Hacker News new | ask | show | jobs
by BalinKing 162 days ago
The file SSOT.lean is completely trivial, I think: Unfolding the definitions in the theorems, they say nothing but "x=1 => x=1", "x=1 => x≤1", and "x≠1 => x=0 ∨ x>1" (where x is a natural number). Basically, there's no actual proof here, at least not in that file....

This is indeed the danger of letting LLMs manage a "proof" end-to-end—they can just pick the wrong definitions and theorems to prove, and even though the proofs they then give will be formally sound, they won't prove anything useful.

2 comments

You only read the 37 lines in SSOT.lean and stopped. It's the entry point that defines DOF=1 so other files can import it. The actual proofs are in Foundations.lean (364 lines - timing trichotomy, causality), Requirements.lean (derives the two necessary language features), Completeness.lean (mechanism exhaustiveness), Derivation.lean (the uniqueness proof that achieves_ssot m = true iff m = source_hooks), Coherence.lean, CaseStudies.lean, LangPython.lean, LangRust.lean etc.

~2k lines total across the lean files. Zero sorry. Run grep -r "sorry" paper2_ssot/proofs/ if you don't believe me.

"Unfolding the definitions they say x=1 => x=1" applies to three sanity lemmas in the scaffolding file. It's like reading __init__.py and concluding the package is empty.

See my other comment—LangRust.lean is the same way.

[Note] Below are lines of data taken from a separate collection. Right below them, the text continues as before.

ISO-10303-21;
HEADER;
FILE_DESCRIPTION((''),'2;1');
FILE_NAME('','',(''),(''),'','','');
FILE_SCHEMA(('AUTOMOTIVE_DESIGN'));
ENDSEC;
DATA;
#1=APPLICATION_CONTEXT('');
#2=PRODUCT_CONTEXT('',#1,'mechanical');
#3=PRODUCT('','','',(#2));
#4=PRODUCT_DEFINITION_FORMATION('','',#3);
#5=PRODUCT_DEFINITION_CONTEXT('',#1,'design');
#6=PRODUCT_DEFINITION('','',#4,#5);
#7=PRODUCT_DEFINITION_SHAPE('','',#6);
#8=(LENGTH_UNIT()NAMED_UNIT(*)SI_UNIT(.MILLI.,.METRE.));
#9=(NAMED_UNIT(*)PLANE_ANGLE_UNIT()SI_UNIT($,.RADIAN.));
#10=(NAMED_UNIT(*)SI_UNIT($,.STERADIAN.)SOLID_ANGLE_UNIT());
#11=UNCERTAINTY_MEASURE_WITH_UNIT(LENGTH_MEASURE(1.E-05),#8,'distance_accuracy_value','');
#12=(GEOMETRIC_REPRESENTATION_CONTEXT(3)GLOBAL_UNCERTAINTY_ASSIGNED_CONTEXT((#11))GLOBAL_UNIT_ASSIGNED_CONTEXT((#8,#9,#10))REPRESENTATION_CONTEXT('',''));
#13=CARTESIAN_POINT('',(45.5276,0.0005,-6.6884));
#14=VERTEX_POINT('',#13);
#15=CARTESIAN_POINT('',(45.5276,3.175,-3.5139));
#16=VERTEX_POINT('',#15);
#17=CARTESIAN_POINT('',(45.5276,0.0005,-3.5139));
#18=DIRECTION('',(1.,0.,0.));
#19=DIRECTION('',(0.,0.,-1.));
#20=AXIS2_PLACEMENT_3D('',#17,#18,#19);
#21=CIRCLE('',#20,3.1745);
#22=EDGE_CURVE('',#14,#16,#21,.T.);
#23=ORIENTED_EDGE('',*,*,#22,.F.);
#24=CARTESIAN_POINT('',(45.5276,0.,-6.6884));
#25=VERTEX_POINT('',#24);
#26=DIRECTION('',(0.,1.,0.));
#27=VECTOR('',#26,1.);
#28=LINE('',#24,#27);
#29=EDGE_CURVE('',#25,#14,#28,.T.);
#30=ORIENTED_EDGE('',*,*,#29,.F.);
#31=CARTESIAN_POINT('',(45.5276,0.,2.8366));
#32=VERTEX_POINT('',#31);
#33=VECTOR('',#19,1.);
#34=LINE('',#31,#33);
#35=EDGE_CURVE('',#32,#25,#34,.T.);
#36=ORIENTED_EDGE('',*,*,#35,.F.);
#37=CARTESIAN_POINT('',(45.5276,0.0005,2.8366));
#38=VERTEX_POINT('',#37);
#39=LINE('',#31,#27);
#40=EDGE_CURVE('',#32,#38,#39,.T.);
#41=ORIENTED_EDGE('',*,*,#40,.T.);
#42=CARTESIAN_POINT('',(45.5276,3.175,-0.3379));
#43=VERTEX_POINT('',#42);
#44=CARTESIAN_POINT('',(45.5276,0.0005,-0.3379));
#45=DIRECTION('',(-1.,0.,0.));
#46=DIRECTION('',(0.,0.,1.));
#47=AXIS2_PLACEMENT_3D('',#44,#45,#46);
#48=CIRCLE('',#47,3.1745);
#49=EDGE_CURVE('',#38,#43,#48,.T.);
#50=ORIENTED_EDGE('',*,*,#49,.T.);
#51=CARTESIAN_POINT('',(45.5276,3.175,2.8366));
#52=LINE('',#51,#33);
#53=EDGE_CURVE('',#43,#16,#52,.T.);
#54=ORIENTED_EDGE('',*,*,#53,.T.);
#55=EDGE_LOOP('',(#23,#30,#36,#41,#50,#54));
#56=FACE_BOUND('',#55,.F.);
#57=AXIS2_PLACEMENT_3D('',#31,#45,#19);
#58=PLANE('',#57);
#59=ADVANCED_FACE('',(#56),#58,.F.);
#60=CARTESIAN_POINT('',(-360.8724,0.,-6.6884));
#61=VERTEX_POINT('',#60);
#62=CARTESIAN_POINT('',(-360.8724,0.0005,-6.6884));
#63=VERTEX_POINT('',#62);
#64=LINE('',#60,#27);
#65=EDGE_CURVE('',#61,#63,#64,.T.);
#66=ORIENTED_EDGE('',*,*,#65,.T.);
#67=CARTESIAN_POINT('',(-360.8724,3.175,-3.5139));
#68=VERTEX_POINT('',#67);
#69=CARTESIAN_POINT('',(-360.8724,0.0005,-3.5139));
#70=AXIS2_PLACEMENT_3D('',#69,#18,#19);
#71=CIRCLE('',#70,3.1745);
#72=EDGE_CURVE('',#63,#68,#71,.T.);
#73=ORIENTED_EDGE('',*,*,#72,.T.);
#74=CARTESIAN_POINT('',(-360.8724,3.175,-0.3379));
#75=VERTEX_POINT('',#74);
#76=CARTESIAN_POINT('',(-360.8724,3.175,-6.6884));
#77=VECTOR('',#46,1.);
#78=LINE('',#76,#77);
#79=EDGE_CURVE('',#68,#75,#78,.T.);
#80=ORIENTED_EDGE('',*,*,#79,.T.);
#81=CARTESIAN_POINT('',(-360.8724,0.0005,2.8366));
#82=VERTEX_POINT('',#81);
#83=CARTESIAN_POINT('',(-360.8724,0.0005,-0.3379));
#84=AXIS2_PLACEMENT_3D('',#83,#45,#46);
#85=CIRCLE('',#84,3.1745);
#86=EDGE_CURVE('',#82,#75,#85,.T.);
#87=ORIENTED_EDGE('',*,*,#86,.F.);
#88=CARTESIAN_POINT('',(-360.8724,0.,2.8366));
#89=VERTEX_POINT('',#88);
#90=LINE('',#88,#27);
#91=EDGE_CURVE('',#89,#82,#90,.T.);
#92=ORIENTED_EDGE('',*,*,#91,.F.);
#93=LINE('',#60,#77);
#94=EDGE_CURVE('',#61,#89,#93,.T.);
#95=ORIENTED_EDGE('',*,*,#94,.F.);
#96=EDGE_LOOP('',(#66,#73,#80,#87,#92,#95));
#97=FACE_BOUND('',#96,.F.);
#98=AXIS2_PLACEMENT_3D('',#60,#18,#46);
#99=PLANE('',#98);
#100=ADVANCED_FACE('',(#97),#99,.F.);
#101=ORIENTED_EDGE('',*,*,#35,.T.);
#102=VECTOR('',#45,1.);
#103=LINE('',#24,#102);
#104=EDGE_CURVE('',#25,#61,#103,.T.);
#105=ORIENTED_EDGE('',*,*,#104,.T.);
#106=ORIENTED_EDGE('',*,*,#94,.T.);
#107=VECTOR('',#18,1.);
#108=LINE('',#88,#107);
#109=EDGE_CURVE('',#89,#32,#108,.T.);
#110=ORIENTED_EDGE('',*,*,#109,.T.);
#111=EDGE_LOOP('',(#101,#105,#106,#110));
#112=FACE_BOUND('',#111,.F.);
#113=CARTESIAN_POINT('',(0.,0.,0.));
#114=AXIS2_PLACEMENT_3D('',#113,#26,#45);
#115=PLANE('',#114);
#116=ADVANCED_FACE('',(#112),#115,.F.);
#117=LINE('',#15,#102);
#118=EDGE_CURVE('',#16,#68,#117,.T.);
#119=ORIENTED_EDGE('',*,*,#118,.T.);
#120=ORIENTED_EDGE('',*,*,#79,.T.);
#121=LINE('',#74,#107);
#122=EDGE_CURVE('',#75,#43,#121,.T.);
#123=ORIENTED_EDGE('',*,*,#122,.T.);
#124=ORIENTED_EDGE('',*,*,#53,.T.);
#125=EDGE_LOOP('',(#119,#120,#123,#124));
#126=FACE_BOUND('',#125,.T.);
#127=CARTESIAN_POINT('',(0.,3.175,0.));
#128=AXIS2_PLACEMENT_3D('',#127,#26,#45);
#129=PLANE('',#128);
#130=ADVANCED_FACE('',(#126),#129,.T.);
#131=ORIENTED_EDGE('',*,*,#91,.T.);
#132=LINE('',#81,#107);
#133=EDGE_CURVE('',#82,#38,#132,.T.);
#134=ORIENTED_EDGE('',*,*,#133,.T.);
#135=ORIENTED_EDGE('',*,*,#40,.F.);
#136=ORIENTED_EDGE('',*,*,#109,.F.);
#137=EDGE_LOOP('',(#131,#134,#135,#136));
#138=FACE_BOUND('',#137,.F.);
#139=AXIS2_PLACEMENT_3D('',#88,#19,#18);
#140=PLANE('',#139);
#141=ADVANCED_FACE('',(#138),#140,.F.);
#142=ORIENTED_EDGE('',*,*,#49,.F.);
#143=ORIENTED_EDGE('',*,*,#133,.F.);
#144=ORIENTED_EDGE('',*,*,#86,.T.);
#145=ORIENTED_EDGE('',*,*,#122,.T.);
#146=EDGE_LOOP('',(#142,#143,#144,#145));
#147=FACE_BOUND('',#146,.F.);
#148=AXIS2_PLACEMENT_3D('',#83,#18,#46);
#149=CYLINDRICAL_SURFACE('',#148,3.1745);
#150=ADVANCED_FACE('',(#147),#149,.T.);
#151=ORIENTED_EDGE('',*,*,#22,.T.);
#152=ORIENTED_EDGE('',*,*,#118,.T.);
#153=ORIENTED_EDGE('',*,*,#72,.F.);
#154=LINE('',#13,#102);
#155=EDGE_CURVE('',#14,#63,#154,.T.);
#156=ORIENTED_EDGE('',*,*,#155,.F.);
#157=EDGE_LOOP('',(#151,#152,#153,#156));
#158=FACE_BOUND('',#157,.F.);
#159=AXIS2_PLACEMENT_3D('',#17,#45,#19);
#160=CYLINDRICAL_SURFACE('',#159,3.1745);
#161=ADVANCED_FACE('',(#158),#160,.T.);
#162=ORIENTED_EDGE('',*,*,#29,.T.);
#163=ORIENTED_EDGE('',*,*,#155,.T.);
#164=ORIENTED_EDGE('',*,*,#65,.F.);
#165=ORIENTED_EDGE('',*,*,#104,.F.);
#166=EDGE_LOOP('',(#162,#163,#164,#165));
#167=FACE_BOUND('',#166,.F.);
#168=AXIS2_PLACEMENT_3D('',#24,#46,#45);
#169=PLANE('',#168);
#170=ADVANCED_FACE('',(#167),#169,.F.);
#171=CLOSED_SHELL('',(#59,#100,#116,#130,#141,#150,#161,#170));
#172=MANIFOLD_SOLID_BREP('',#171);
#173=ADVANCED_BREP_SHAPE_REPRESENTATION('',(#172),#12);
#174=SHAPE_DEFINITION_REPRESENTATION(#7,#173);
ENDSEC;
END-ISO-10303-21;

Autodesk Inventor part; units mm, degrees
ref_plane "YZ Plane" through (0, 0, 0) normal (1, 0, 0) x (0, 1, 0)
ref_plane "XZ Plane" through (0, 0, 0) normal (0, 1, 0) x (-1, 0, 0)
ref_plane "XY Plane" through (0, 0, 0) normal (0, 0, 1) x (1, 0, 0)
sketch "Sketch1" plane through (0, 0, 0) normal (0, 1, 0) x (-1, 0, 0)
  line L0 (360.8724, 2.8366) -> (-45.5276, 2.8366)
  line L1 (-45.5276, 2.8366) -> (-45.5276, -6.6884)
  line L2 (-45.5276, -6.6884) -> (360.8724, -6.6884)
  line L3 (360.8724, -6.6884) -> (360.8724, 2.8366)
  point P0 (0, 0)
  dimension "d0" = 406.4
  dimension "d1" = 9.525
extrude "Extrusion1" add sketch "Sketch1" along normal blind 3.175
fillet "Fillet1" radius 3.175 2 edges at (-157.6724, 3.175, 2.8366) (-157.6724, 3.175, -6.6884)
properties part number "LED light strip" material "Wood (Oak)"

EDIT: Just skimmed Completeness.lean, and it looks similar—at a glance, even the 3+-line proofs are very short and look a lot like boilerplate.

Interesting that you're using em dashes in your comments. Those require Alt+0151 or copy-paste. Glass houses.
And Option-Shift-Hyphen in macOS, which is easy if you know it. And a press and hold on a hyphen on iOS, which is discoverable, even.
Yeah, I'm on macOS (although even back on Windows, I used to use the Character Map all the time).
Fair, the em dash comment was a cheap shot. Withdrawn.

The substantive point stands: you've now "skimmed" multiple files, called them all "boilerplate," and haven't engaged with the actual proof structure. The rebuttals section addresses "The Proofs Are Trivial" directly (Concern 9).

At some point "I skimmed it and it looks trivial" stops being a critique and starts being "I didn't read it."

I also took a look at the `LangRust.lean`, and the majority of the proofs are just `rfl` (after an `intros`)—that's a major red flag, since it means the "theorems", like those in SSOT.lean, are true just by unfolding definitions. In general, that's basically never true of any interesting fact in programming languages (or math in general); on the contrary, it takes a lot of tedious work even to prove simple things in Lean.
Yes, many proofs are rfl. That's because we're doing engineering formalization, not pure math. The work is in getting the definitions right. Once you've correctly modeled Rust's compilation phases, item sources, and erasure semantics, the theorem that "RuntimeItem has no source field, therefore query_source returns none" should be rfl. That's the point.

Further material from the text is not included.